Shellcode is a sequence of bytes that represent assembly instructions. Please note that they are not assembly instructions but just another way to represent them. For example, x90 is a hexadecimal way of representing instruction ‘nop.’ Now shellcode and malware have a long history together, and historically shellcodes are used to spawn a shell on the infected system. However, over a period of time, capabilities of shell code have increased drastically, and malware authors have found new ways to de-obfuscate the code while increasing the impact by including shellcode. A basic example of a shellcode is like below which targeted a popular IRC client. The shellcode below is a hexadecimal representation of assembly instructions. More details for this exploit can be found here.

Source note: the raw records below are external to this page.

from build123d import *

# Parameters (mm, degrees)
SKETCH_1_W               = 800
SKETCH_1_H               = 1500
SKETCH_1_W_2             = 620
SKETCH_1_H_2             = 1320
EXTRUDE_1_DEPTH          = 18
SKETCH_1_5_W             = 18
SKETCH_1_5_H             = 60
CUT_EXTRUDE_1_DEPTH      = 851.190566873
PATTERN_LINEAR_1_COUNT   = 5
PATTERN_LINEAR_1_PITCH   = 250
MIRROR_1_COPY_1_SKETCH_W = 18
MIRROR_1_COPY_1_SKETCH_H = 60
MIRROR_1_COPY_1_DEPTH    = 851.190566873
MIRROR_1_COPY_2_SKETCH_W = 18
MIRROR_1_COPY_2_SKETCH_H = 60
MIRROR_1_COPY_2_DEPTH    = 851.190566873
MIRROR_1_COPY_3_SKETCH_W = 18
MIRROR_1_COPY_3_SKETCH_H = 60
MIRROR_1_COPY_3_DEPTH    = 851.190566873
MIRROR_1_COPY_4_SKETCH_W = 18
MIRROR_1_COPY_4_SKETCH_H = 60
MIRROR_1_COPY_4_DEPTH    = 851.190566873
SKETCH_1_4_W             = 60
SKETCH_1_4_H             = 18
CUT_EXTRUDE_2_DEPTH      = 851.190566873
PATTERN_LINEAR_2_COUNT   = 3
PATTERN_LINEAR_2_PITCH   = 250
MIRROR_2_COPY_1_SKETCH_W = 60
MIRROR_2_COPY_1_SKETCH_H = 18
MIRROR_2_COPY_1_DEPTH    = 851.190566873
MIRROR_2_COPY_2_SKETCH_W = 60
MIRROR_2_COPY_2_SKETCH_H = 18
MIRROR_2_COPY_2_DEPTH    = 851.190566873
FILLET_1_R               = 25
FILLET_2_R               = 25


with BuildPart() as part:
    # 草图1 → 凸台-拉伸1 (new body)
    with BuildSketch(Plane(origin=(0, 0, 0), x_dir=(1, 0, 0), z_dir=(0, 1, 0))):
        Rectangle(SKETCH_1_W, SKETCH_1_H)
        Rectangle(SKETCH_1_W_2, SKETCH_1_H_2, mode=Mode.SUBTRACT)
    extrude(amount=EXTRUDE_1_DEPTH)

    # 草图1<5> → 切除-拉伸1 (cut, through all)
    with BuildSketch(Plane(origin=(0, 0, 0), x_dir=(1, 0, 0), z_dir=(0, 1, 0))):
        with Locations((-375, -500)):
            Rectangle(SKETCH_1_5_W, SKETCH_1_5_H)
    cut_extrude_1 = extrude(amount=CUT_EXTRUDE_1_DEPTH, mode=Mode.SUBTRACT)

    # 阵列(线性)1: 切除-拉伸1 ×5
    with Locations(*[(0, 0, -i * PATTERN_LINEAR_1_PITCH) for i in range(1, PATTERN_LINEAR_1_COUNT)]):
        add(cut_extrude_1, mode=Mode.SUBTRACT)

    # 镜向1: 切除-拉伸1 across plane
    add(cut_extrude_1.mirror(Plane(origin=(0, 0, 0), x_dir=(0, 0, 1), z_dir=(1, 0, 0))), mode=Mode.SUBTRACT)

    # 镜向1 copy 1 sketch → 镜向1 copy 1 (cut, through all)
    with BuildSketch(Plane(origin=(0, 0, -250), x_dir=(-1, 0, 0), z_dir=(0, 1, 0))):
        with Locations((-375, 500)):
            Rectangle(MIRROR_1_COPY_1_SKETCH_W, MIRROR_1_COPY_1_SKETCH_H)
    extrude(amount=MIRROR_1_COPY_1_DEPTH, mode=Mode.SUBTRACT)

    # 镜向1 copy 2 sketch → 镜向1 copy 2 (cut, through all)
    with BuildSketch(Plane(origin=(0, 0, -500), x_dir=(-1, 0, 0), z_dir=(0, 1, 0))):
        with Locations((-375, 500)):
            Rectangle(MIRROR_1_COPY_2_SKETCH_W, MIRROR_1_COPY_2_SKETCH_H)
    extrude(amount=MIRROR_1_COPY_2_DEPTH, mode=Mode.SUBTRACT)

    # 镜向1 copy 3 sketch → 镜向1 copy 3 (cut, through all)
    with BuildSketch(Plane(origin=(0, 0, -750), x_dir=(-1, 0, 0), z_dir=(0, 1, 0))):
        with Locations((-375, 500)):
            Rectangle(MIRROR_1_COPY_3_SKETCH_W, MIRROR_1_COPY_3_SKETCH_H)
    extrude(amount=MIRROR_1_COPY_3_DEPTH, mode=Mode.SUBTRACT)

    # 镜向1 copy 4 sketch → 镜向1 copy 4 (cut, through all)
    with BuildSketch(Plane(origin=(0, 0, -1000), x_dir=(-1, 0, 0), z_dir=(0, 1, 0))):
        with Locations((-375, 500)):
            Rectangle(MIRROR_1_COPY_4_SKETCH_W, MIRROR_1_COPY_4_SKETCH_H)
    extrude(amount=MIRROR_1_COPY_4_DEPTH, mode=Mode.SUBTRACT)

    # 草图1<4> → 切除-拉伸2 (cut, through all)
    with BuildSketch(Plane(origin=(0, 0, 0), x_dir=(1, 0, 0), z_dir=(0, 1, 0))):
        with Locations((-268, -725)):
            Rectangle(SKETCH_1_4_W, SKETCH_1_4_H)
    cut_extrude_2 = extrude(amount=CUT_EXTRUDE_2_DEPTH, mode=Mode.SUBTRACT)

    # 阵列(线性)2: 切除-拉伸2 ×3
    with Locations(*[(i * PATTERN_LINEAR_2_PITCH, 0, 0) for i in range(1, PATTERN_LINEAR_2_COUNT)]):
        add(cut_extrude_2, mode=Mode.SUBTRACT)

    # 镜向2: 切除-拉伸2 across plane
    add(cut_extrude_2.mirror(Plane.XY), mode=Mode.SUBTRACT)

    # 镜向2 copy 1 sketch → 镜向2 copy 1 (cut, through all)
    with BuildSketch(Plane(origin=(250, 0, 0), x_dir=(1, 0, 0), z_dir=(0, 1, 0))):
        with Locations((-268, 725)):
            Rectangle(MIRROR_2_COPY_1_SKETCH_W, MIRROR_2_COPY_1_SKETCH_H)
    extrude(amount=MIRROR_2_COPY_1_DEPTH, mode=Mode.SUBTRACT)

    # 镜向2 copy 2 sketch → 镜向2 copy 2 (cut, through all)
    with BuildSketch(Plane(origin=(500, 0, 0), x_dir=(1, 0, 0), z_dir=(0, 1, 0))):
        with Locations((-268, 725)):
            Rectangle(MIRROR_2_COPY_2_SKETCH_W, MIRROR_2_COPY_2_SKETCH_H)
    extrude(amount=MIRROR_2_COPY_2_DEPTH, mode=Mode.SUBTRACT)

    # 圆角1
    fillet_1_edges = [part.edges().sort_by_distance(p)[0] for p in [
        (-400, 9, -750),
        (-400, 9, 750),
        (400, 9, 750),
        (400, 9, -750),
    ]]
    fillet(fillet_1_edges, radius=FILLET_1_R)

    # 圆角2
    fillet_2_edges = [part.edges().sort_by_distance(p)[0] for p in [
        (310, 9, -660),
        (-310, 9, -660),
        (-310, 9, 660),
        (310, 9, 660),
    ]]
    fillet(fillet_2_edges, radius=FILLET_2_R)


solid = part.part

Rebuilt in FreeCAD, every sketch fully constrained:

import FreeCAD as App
import Part
import Sketcher
from FreeCAD import Vector


def edges_at(feature, points):
    """Names of the edges that pass closest to the given points."""
    edges = feature.Shape.Edges
    near = lambda p: min(range(len(edges)), key=lambda i: edges[i].distToShape(Part.Vertex(*p))[0])
    return sorted({f"Edge{near(p) + 1}" for p in points})

doc = App.newDocument("Part")
body = doc.addObject("PartDesign::Body", "Body")

sketch1 = body.newObject("Sketcher::SketchObject", "Sketch")
sketch1.AttachmentSupport = (doc.getObject("XZ_Plane"), [""])
sketch1.MapMode = "FlatFace"
sketch1.addGeometry([
    Part.LineSegment(Vector(-400, -750, 0), Vector(-400, 750, 0)),
    Part.LineSegment(Vector(-400, 750, 0), Vector(400, 750, 0)),
    Part.LineSegment(Vector(400, 750, 0), Vector(400, -750, 0)),
    Part.LineSegment(Vector(400, -750, 0), Vector(-400, -750, 0)),
    Part.LineSegment(Vector(310, 660, 0), Vector(-310, 660, 0)),
    Part.LineSegment(Vector(-310, 660, 0), Vector(-310, -660, 0)),
    Part.LineSegment(Vector(-310, -660, 0), Vector(310, -660, 0)),
    Part.LineSegment(Vector(310, -660, 0), Vector(310, 660, 0)),
], False)
sketch1.addConstraint([
    Sketcher.Constraint("Coincident", 0, 2, 1, 1),
    Sketcher.Constraint("Coincident", 1, 2, 2, 1),
    Sketcher.Constraint("Coincident", 2, 2, 3, 1),
    Sketcher.Constraint("Coincident", 3, 2, 0, 1),
    Sketcher.Constraint("Coincident", 4, 2, 5, 1),
    Sketcher.Constraint("Coincident", 5, 2, 6, 1),
    Sketcher.Constraint("Coincident", 6, 2, 7, 1),
    Sketcher.Constraint("Coincident", 7, 2, 4, 1),
    Sketcher.Constraint("Vertical", 0),
    Sketcher.Constraint("Horizontal", 1),
    Sketcher.Constraint("Vertical", 2),
    Sketcher.Constraint("Horizontal", 3),
    Sketcher.Constraint("Horizontal", 4),
    Sketcher.Constraint("Vertical", 5),
    Sketcher.Constraint("Horizontal", 6),
    Sketcher.Constraint("Vertical", 7),
    Sketcher.Constraint("Symmetric", 0, 2, 2, 2, -1, 1),
    Sketcher.Constraint("Symmetric", 4, 2, 6, 2, -1, 1),
    Sketcher.Constraint("DistanceX", 1, 1, 1, 2, 800.0),
    Sketcher.Constraint("DistanceX", 4, 2, 4, 1, 620.0),
    Sketcher.Constraint("DistanceY", 0, 1, 0, 2, 1500.0),
    Sketcher.Constraint("DistanceY", 5, 2, 5, 1, 1320.0),
])
pad1 = body.newObject("PartDesign::Pad", "Pad")
pad1.Profile = sketch1
pad1.Length = 18
pad1.Reversed = True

Because shellcode has a very small area in memory to be fit in and work from there, very often its main purpose is just to download the additional component of malware which will then work in a full fletched manner. Thus, shellcode often helps in dropping or downloading the next malicious component in the infection chain. Also, shellcode needs to obtain information about its environment like which windows API call it can make.
Fortunately, we do not need to pick up Intel or any other architecture manual and map each value with its corresponding instruction since we have the debuggers and dissemblers which know how to interpret these opcodes. For example, below is an example of viewing the above shellcode in radare2:
As stated above, shellcode has a very buffer to live in, and further, it needs to know about its environment that will include the addresses of local data and variables so that shellcode can use them. However, how can attacker know where the shellcode resides in target process memory?
Shellcode can determine the address where it resides by looking at the EIP register because EIP (Instruction Pointer) stores the address of next instruction to be executed. However, next question how will shellcode use this register value because it cannot be accessed directly? Shellcode developers can use a technique like:
E8 00000000 CALL 58 POP EAX
What these set of instructions are doing is using a CALL instruction to zero bytes away. What will that do? Well as soon as CALL instruction is executed, It saves the EIP on the top of the stack. Now the POP will retrieve from the top of the stack (which in this case is EIP) and put it into EAX.
This pattern of CALL immediately followed by a POP can be easily spotted by the antimalware solution, so normally shellcode developers tweak the above logic by incorporating more instructions. For example, look at below instruction sets:
00000017 EB 03 JMP SHORT 0000001C
00000019 5E POP ESI
0000001A EB 05 JMP SHORT 00000021
0000001C E8 CALL 00000019
00000021 ADD ESI,3
The first instruction is JMP SHORT instruction with opcode EB and is followed by an argument to show the relative bytes offset with which EIP needs to be increased. What you think the next instruction will be? Will it be the one at 0000001A? No, it will be the instruction at 0000001C because EIP already has 00000019 in it and adding 3 bytes will take it to 0000001C. Now the instruction at 0000001C is making a call to 00000019, but before that, it will save the EIP onto the top of the stack. Instruction at 00000019 will POP the top of the stack (which is EIP) into the ESI register. Next instruction at 0000001A executes and takes us to 00000021 where the shellcode will continue executing.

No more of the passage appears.